Part of it is the urgency of the postseason. One more loss and it is really, truly, finally all over for Jenkins, Greg Washington and Brad Kelleher. One more loss and we have to start gazing at the calendar and willing October to get here. The senses and nerves are heightened, the margin for error officially gone. Now that what we wanted is here, we’re nervous. Makes sense.
We’re also nervous because the Dutchmen will hit the road for at least the first round (and likely the second, if they get that far) and will tip off in Evansville tonight a mere 44 or so hours after they found out their destination, barely 24 hours after flying out of New York and less than 18 hours after bussing (yes, bussing) to Evansville from Nashville. That’s a lot of traveling and not a whole lot of preparation in a short period of time, but Mo Cassara said yesterday he was confident the Dutchmen could rely today and tonight on the lessons they learned during this season’s challenging road trips.
“I think so much of today and really into tonight and traveling is more about us getting our mental frame of mind kind of in line,” Cassara said. “It’s much more about us, about our energy and our overall effort and our attitude and then our execution.
“I think as disappointing as the result was at Wright State, it’s a good learning tool for this trip. Another challenging trip to the Midwest against a very hard-nosed, tough Evansville team. In Wright State we know we didn’t play very well and we weren’t as prepared as we thought, so we can use that as a measuring stick going out to Evansville.”
Also a cause for concern: That the disappointment over missing the NIT will impact the Dutchmen once they get on to the court of the played-in-obscurity-at-a-Division-II gym CBI. That disappointment—among fans and, particularly, the players and staff—was higher than I expected. I think most of us were resigned to missing the NIT, but VCU squeezing into the field gave us all hope, however short-sustained, that the NIT couldn’t possibly fail to invite the highest non-NCAA Tournament qualifier in a great mid-major. Nope. It’s the NCAA. It can screw up anything. (This is the first time since 2000 the CAA has not sent a team to the NIT, by the way)
Cassara was as unhappy as anyone that the Dutchmen didn’t get an NIT invite, but during a 20-minute meeting yesterday he reminded the Dutchmen to take—warning! pun ahead!—pride over how far they have come in five months and in the opportunity to keep playing, both for themselves and for the graduating seniors as well as the university.
“I wrote two dates on the board: One was Oct. 15, the other was today,” Cassara said. “And I drew a line in between. I said ‘Think of this journey, going from this date to that date.’ I think, if we said on the first date that we’d be 21-11 and finish tied for second in the CAA and playing in the postseason, we’d be pretty happy. So let’s go play our butts off and have some fun, because we deserve to be in this position for all the hard work we put in along this journey.”

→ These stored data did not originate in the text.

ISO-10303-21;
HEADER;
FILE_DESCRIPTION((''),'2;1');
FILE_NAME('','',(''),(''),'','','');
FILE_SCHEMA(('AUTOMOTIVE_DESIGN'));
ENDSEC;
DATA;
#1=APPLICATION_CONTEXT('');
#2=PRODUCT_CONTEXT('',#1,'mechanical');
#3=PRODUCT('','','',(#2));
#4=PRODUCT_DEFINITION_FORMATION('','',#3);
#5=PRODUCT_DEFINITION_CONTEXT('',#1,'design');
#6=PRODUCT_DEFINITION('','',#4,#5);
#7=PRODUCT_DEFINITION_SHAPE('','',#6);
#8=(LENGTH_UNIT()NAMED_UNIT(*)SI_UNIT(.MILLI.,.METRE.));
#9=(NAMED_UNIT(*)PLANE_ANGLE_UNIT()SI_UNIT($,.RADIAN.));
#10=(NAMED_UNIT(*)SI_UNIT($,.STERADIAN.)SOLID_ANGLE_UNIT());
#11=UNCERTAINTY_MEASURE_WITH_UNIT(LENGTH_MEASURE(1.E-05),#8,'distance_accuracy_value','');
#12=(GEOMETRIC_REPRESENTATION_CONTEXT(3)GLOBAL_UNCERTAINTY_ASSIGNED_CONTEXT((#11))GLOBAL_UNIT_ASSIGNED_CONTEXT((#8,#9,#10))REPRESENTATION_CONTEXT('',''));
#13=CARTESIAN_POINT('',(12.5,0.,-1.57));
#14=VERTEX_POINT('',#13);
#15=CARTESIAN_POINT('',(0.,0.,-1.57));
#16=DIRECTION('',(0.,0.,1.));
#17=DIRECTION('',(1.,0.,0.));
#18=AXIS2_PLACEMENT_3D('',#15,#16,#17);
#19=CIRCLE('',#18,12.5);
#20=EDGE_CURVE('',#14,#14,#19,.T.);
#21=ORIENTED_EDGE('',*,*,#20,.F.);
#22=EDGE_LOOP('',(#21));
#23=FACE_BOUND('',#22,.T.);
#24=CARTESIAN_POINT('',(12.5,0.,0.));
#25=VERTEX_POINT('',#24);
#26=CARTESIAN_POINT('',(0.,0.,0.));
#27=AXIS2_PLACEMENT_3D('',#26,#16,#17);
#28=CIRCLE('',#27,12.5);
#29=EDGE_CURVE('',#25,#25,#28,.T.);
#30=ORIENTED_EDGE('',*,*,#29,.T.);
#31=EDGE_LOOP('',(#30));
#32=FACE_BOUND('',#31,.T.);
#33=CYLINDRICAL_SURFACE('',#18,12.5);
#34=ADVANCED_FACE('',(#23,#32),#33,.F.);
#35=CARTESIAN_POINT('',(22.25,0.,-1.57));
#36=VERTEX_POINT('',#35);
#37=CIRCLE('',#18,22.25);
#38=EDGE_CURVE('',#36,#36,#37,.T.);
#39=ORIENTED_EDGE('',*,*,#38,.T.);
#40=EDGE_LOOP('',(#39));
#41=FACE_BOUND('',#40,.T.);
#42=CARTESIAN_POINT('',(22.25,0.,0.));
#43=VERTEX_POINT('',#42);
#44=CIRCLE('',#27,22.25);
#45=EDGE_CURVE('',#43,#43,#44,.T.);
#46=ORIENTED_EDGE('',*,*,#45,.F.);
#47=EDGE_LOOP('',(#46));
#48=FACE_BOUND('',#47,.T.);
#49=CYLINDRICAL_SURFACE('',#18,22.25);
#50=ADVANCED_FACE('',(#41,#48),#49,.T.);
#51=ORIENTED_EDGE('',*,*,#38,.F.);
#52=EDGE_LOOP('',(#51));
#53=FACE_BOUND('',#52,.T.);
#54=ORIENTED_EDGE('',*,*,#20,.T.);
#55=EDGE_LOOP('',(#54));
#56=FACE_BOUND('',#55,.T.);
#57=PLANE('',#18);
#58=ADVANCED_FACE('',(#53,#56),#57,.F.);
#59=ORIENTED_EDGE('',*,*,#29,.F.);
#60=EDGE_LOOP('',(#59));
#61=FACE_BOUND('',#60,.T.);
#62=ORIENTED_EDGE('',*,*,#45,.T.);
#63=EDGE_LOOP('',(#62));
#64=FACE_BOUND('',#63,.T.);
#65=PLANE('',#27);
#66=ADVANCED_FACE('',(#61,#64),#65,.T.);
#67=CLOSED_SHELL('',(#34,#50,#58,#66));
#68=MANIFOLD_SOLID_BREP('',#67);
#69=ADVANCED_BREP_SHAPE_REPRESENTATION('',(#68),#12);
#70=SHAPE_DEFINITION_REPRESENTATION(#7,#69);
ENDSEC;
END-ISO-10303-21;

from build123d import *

# Parameters (mm, degrees)
SKETCH3_R           = 22.25
SKETCH3_R_2         = 12.5
BOSS_EXTRUDE1_DEPTH = 1.57


with BuildPart() as part:
    # Sketch3 → Boss-Extrude1 (new body)
    with BuildSketch(Plane.XY):
        Circle(SKETCH3_R)
        Circle(SKETCH3_R_2, mode=Mode.SUBTRACT)
    extrude(amount=-BOSS_EXTRUDE1_DEPTH)


solid = part.part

For whatever reason, the Dutchmen did not seem happy to be there a year ago tomorrow night, when IUPUI never trailed in a 74-60 rout. Those memories are hard to shake for the 27 of us who were in the stands and who walked out figuring it would have been better to put away the basketballs after a frantic rally in the second half of the season ended with the double overtime loss to Northeastern in the CAA quarterfinals.
But this Dutchmen team is far more deserving of postseason play than a year ago, when Hofstra had the fourth-lowest RPI of anyone in the CBI and the seventh-lowest of the 31 teams that received at-large bids to the CBI or CIT. This year, the Dutchmen have the second-highest RPI of anyone in the CBI, behind only Central Florida.
In addition, Jenkins, Washington and Kelleher remember how last year ended—though only Jenkins played in the game, Washington was out with an ankle injury and Kelleher was in NCAA purgatory—and don’t want history to repeat itself.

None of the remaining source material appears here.